Swedish citizenship For Members

EXPLAINED: How to get Swedish citizenship via notification

Becky Waterton
Becky Waterton - [email protected]
EXPLAINED: How to get Swedish citizenship via notification
A child under 18 can qualify for citizenship via notification after just three years living in Sweden. Photo: Henrik Montgomery/TT

Sweden’s government has moved to tighten up the rules for citizenship via notification. But what is citizenship via notification, and who is eligible?


Essentially, there are three different routes for getting Swedish citizenship. The first happens automatically by birth or adoption, for children who have at least one Swedish parent at the time of their birth or adoption.

For immigrants, there are two routes. 

Citizenship via application

The first option is medborgarskap genom ansökan (citizenship via application) which is by far the most common option for immigrants applying for citizenship in Sweden. 

This is the most restrictive route for applying for citizenship, with rules requiring you to have lived in Sweden for at least five years, as a general rule (three years for partners or spouses of Swedish citizens and two years for Nordic citizens).

You also have to have “lived an orderly life in Sweden”, by, for example, not having a history of debts with the Swedish Enforcement Authority, as well as an extra qualifying period if you’ve committed a crime. You’ll also need a permanent residence permit or right of residence under EU rules.

It also comes with a hefty fee of 1,500 kronor.


See here for more information on the rules for applying for this kind of citizenship.

Citizenship via notification

The less well-known option is medborgarskap genom anmälan (citizenship through notification). This is available to children who have lived in Sweden for at least three years (two if stateless), young adults between 18 and 21 who have lived in Sweden since they turned 13 (15 if stateless) and Nordic citizens – meaning citizens of Denmark, Norway, Iceland or Finland – who have lived in Sweden for five years or more.

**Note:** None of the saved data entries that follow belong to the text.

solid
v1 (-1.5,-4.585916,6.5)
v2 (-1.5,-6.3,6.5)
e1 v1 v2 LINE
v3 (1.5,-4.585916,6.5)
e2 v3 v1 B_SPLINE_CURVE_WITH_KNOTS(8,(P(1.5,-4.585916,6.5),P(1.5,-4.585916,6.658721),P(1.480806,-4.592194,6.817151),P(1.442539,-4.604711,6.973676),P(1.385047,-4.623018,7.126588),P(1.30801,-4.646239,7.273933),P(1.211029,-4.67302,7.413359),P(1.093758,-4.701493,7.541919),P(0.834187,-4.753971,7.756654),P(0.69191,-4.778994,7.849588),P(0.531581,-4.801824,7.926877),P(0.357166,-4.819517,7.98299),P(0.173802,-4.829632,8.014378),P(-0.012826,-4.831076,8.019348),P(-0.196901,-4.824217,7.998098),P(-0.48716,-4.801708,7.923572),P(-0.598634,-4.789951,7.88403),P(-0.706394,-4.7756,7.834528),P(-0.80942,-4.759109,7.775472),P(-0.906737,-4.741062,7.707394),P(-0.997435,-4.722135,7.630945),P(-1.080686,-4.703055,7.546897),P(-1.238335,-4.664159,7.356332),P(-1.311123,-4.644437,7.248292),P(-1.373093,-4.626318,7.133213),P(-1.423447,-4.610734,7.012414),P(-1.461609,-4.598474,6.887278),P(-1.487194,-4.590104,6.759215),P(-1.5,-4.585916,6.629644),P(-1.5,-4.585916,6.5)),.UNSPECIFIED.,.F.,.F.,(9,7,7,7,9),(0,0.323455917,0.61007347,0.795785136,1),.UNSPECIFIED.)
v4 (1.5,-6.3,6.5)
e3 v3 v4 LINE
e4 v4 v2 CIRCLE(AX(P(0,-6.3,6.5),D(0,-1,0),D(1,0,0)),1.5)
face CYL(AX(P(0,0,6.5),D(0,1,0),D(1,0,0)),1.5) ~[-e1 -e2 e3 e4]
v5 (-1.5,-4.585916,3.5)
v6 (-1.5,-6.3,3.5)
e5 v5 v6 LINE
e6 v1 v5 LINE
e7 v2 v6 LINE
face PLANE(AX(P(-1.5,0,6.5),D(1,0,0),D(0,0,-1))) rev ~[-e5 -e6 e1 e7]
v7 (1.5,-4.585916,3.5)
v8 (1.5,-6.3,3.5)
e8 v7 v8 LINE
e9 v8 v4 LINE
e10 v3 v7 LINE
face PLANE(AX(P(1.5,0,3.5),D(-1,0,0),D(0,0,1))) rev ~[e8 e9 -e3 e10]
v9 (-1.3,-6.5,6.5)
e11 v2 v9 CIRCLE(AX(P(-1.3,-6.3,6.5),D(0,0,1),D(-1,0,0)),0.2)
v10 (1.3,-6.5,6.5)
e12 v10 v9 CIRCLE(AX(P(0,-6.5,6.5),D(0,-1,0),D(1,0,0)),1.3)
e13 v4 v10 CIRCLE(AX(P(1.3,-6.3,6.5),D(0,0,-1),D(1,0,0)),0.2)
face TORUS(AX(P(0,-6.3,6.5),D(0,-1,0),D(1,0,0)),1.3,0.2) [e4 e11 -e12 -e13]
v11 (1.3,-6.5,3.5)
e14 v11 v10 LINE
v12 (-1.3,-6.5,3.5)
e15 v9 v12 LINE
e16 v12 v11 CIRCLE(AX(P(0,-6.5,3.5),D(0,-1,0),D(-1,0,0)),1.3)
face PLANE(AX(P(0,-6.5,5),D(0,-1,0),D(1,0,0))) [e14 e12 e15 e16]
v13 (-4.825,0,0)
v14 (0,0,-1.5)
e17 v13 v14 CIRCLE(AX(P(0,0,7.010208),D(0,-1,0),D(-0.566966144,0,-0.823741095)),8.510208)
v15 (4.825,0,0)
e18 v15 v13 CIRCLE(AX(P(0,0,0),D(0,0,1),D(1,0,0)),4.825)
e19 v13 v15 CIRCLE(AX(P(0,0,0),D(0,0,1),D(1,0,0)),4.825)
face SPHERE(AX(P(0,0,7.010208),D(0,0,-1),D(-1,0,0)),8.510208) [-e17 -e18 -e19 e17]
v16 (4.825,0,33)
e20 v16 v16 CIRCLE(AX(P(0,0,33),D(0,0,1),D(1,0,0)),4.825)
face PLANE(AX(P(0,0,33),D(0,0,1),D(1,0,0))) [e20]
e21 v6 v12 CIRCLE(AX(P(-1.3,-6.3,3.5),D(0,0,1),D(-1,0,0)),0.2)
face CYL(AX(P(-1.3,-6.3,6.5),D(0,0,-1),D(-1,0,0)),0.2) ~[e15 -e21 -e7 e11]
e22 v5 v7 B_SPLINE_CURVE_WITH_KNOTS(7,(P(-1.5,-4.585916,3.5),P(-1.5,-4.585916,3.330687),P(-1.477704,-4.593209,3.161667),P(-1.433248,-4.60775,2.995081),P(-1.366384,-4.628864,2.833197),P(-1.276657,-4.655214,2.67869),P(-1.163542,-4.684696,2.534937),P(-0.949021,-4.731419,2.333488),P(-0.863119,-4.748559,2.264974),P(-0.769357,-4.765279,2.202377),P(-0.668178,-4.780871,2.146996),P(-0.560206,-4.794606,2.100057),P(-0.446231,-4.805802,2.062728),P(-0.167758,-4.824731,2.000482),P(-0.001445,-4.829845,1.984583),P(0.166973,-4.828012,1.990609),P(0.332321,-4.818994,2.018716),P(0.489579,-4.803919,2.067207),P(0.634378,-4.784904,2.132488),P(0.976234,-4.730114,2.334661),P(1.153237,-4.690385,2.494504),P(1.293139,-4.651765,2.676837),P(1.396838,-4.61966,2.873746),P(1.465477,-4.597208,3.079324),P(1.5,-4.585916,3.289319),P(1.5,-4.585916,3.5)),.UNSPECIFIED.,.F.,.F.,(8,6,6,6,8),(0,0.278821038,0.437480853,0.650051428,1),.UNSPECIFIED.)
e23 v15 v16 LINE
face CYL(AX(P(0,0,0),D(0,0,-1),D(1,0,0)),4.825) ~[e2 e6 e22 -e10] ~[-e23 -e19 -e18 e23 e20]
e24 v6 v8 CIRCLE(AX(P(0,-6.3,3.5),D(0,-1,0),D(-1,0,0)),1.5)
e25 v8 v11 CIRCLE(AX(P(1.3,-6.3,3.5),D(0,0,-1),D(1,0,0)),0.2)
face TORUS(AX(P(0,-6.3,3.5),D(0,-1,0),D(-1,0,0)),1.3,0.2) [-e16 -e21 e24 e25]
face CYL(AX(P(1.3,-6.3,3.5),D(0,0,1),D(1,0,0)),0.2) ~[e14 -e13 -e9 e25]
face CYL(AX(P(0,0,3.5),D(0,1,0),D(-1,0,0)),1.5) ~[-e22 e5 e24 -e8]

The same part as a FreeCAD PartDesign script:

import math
import FreeCAD as App
import Part
import Sketcher


def edges_at(feature, points):
    """Names of the edges that pass closest to the given points."""
    edges = feature.Shape.Edges
    near = lambda p: min(range(len(edges)), key=lambda i: edges[i].distToShape(Part.Vertex(*p))[0])
    return sorted({f"Edge{near(p) + 1}" for p in points})

doc = App.newDocument("Part")
body = doc.addObject("PartDesign::Body", "Body")

# Sketch on XY plane
sketch1 = body.newObject("Sketcher::SketchObject", "Sketch")
sketch1.AttachmentSupport = (doc.getObject("XY_Plane"), [""])
sketch1.MapMode = "FlatFace"
sketch1.addGeometry(Part.Circle(App.Vector(0, 0, 0), App.Vector(0, 0, 1), 4.825), False)
sketch1.addConstraint([
    Sketcher.Constraint("Coincident", 0, 3, -1, 1),
    Sketcher.Constraint("Diameter", 0, 9.65),
])
pad1 = body.newObject("PartDesign::Pad", "Pad")
pad1.Profile = sketch1
pad1.Length = 33

# Sketch on XZ plane
sketch2 = body.newObject("Sketcher::SketchObject", "Sketch001")
sketch2.AttachmentSupport = (doc.getObject("XZ_Plane"), [""])
sketch2.MapMode = "FlatFace"
sketch2.addGeometry([
    Part.ArcOfCircle(Part.Circle(App.Vector(0, 3.5, 0), App.Vector(0, 0, 1), 1.5), math.radians(180), math.radians(360)),
    Part.LineSegment(App.Vector(1.5, 3.5, 0), App.Vector(1.5, 6.5, 0)),
    Part.ArcOfCircle(Part.Circle(App.Vector(0, 6.5, 0), App.Vector(0, 0, 1), 1.5), math.radians(0), math.radians(180)),
    Part.LineSegment(App.Vector(-1.5, 6.5, 0), App.Vector(-1.5, 3.5, 0)),
], False)
sketch2.addConstraint([
    Sketcher.Constraint("Tangent", 0, 2, 1, 1),
    Sketcher.Constraint("Tangent", 1, 2, 2, 1),
    Sketcher.Constraint("Tangent", 2, 2, 3, 1),
    Sketcher.Constraint("Tangent", 3, 2, 0, 1),
    Sketcher.Constraint("Vertical", 1),
    Sketcher.Constraint("Vertical", 3),
    Sketcher.Constraint("PointOnObject", 0, 3, -2),
    Sketcher.Constraint("Radius", 0, 1.5),
    Sketcher.Constraint("DistanceY", 1, 1, 1, 2, 3.0),
    Sketcher.Constraint("DistanceY", -1, 1, 0, 3, 3.5),
])
pad2 = body.newObject("PartDesign::Pad", "Pad001")
pad2.Profile = sketch2
pad2.Length = 6.5
doc.recompute()

fillet = body.newObject("PartDesign::Fillet", "Fillet")
fillet.Base = (pad2, edges_at(pad2, [
    (0, -6.5, 2),
    (1.5, -6.5, 5),
    (0, -6.5, 8),
    (-1.5, -6.5, 5),
]))
fillet.Radius = 0.2

# Sketch on XZ plane
sketch3 = body.newObject("Sketcher::SketchObject", "Sketch002")
sketch3.AttachmentSupport = (doc.getObject("XZ_Plane"), [""])
sketch3.MapMode = "FlatFace"
sketch3.addGeometry([
    Part.LineSegment(App.Vector(0, 0, 0), App.Vector(-4.825, 0, 0)),
    Part.ArcOfCircle(Part.Circle(App.Vector(0, 7.010208, 0), App.Vector(0, 0, 1), 8.510208), math.radians(-124.538936), math.radians(-90)),
    Part.LineSegment(App.Vector(0, -1.5, 0), App.Vector(0, 0, 0)),
], False)
sketch3.addConstraint([
    Sketcher.Constraint("Coincident", 0, 2, 1, 1),
    Sketcher.Constraint("Coincident", 1, 2, 2, 1),
    Sketcher.Constraint("Coincident", 2, 2, 0, 1),
    Sketcher.Constraint("Horizontal", 0),
    Sketcher.Constraint("Vertical", 2),
    Sketcher.Constraint("Coincident", 2, 2, -1, 1),
    Sketcher.Constraint("PointOnObject", 1, 3, -2),
    Sketcher.Constraint("DistanceY", 2, 1, 2, 2, 1.5),
    Sketcher.Constraint("DistanceX", 0, 2, 0, 1, 4.825),
])
revolution = body.newObject("PartDesign::Revolution", "Revolution")
revolution.Profile = sketch3
revolution.ReferenceAxis = (sketch3, ["V_Axis"])
revolution.Angle = 360

doc.recompute()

The requirements for citizenship through notification are not as restrictive as citizenship through application. There is, for example, no requirement to have “lived an orderly life”, although those who have been sentenced to prison or other incarceration within the last five years do not qualify.

Be aware, though, that this could change in the future. Under proposed new rules, people suspected or convicted of committing certain crimes, deemed a threat to Swedish security or connected to "certain groups and organisations" would be barred from citizenship via notification.

The fee is also lower (475 kronor for adults) and, for adult Nordic citizens at least, you apply to your local Länsstyrelse or County Administrative Board rather than to the Migration Agency. Children and young adults applying by themselves pay just 175 kronor and apply to the Migration Agency.


Waiting times for citizenship via notification are shorter, too – 75 percent of applicants going via the Migration Agency received a response within 11 months, according to agency figures, compared with a wait of 32 months for citizenship via application. For those who can apply via the County Administrative Board, the wait can be as short as 4-6 weeks.

I think I qualify for citizenship via notification. How do I apply?

First, double check that you definitely qualify – you can do this on the Migration Agency’s website (in Swedish) here.

For Nordic citizens, you’ll need to apply directly to your local County Administrative Board, which you can do via filling in this form (Anmälan om svenskt medborgarskap för medborgare i Danmark, Finland, Island eller Norge), and sending in your application to the relevant administrative board, which is determined by the county or län you live in.

Make sure you pay the fee to the relevant board, including your name and Swedish personal number, as they won’t be able to process your application until this is received. Payment details are available on each board’s website.


If your application is successful, you’ll be sent a citizenship document, with another one sent to the Tax Agency. If your application is denied, you’ll be sent a decision document detailing this. You’ll have three weeks to appeal, with information on how to do so provided in the decision document.

In terms of citizenship via notification for children who have lived in Sweden for at least three years, their legal guardian (vårdnadshavare) will need to apply to the Migration Agency. This can be done digitally via the agency’s website or by filling out this form (anmälan om svenskt medborgarskap för barn som bor i Sverige), paying a 175 kronor fee and sending it to the Migration Agency – the address is on the form. 

The process (and the fee) is essentially the same for young adults aged between 18 and 21, although you apply by yourself. Again, you can apply online or by filling out a form – in this case the catchily-named anmälan om svenskt medborgarskap för dig som har haft hemvist i Sverige sedan den dagen du fyllde 13 år eller 15 år om statslös och som har fyllt 18 men inte 21 år, paying a 175 kronor fee and sending it to the Migration Agency address on the form.